The biggest change and continuing challenge for HHS and Inyo County was the decision in 2012 to have Inyo County Board of Supervisors become the state-designated Governing Board for the Eastern Sierra Agency on Aging. Having Inyo County provide policy direction, set budgets and outline priorities for the Senior Programs in Inyo and Mono counties resolved years of regional controversy and disagreements about how to split funding and provide services to the seniors in both counties, Turner noted. “It was a huge accomplishment.” Inyo County has consistently augmented state and federal funds for senior programs with General Fund dollars, to ensure the needs of local seniors are addressed. Going forward, the Board and HHS will work to assess the needs of the region’s seniors and continue to provide the programs and services that meet those needs, she concluded. 

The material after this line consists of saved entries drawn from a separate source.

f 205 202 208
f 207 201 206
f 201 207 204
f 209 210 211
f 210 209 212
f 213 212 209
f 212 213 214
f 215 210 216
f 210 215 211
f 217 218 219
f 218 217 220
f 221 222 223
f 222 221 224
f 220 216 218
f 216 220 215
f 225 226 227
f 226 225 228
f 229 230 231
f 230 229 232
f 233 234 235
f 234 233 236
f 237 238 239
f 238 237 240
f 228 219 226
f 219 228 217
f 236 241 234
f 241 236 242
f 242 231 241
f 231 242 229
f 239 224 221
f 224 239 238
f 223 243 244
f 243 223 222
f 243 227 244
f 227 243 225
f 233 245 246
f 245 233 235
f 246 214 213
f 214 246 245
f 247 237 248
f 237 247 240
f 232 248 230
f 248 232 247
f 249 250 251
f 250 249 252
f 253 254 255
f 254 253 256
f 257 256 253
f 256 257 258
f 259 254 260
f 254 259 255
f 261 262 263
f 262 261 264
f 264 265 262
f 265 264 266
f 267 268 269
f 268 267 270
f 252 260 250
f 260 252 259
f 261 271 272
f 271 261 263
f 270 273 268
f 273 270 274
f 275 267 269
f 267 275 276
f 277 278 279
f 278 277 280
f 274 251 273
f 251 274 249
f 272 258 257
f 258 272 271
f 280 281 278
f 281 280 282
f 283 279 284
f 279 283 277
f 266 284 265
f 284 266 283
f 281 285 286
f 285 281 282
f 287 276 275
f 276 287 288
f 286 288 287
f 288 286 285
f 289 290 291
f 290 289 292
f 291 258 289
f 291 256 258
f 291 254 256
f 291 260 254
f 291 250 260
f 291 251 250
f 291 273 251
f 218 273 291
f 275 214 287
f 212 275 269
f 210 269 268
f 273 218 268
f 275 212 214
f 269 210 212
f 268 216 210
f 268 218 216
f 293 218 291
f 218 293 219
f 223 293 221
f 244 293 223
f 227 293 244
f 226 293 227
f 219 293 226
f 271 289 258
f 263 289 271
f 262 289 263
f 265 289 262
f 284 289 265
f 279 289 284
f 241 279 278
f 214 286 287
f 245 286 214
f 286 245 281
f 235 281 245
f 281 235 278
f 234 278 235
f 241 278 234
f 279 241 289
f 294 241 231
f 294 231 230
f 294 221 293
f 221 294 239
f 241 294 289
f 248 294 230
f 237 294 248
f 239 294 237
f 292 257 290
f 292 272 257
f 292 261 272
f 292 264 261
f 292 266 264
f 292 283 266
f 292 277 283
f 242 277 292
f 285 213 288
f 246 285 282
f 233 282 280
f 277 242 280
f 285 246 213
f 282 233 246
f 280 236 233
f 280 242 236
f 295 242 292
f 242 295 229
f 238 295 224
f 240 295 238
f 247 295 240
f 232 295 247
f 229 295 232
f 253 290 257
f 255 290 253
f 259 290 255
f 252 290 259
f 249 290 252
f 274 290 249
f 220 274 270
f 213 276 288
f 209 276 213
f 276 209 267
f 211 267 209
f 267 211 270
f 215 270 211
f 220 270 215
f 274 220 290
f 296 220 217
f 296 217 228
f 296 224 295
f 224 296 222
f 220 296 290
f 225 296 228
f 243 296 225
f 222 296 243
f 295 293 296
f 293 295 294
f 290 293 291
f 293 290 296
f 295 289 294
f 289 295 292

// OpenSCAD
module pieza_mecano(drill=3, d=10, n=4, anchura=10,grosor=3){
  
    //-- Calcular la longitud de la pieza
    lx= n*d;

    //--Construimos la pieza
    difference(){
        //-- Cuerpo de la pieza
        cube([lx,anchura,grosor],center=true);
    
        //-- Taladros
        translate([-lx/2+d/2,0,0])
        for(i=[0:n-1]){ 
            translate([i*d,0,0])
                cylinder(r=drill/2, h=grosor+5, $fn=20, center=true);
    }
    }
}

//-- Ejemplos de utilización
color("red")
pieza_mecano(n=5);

In addition to well-known programs, Turner highlighted two smaller, collaborative programs involving Public Health and First 5: working with numerous partners to provide car seats to new parents, and the regional dental outreach program, which has helped about 151 Inyo youths to receive dental care.

SHERIFF

Local law enforcement spent much of 2012 anticipating the impacts of a change in state law (Assembly Bill 109) which will have county jails housing more inmates who previously had been sentenced to serve their time in state prisons. The county “is seeing some impacts and issues at the jail” because of the new group of inmates, said Sheriff Bill Lutze. Lutze said he expects more impacts to show up over the long term, and his staff is working to anticipate how to address those changes. On a positive note, Lutze said his department made a number of much-needed technology upgrades. Also, he has been able to “maintain staff levels” for jailers, deputies and other officers, which has enabled the Sheriff’s Department to function effectively and efficiently. 

PROBATION

Being fully staffed “for the first time in years” has also helped the Probation and Juvenile Justice Department maintain daily operations, implement new programs and plan for the impacts of AB 109, said Chief Probation Officer Jeff Thomson. A significant amount of staff time and effort went into procedures and policies to implement AB 109, he said. The county will see more inmates doing “local prison time” in the county jail in the coming years, Thomson said. Under the terms of AB 109, the county will receive some state funds to house in the county jail some offenders who used to go to state prison. Those prisoners will be non-violent offenders, he noted, while sex offenders will remain in state prison. The department is already developing alternatives to simply having offenders do jail time. Thomson said electronic monitoring of adult and juvenile offenders has started, has been “successful,” and will continue to grow. The department has also successfully implemented a Community Work Service Program, which can become an alternative sentence for some types of local offenders. On the prevention side, the department has been able to place probation officers in some local schools as a resource for staff and students. Thomson said his “tremendous staff and managers” were responsible for the successes during “an extremely busy year.” 

WATER

The Inyo County Water Department had “a challenging year,” said director Bob Harrington, primarily because the Los Angeles Department of  Water and Power had “taken a more aggressive stance” on a wide range of water issues in the Eastern Sierra and in relation to the Inyo/L.A. Long Term Water Agreement. He stressed the importance of “teamwork and cohesion” when it comes to the county’s, and the region’s, approach to dealing with LADWP and ongoing issues surrounding the LTWA. 

CHILD SUPPORT

Inyo/Mono Child Support Services continued its vital mission, and continued to make progress in a number of areas, despite having fewer staff, said Director Susanne Rizo. The department saw increases in 2012 of both regular child support payments, and payments of past due child support, she noted. For the year, the department helped local families collect $2.7 million in court-ordered child support payments. Organizationally, the department has streamlined its fiscal systems, and created a truly regional budget for its work in Inyo and Mono counties, she added.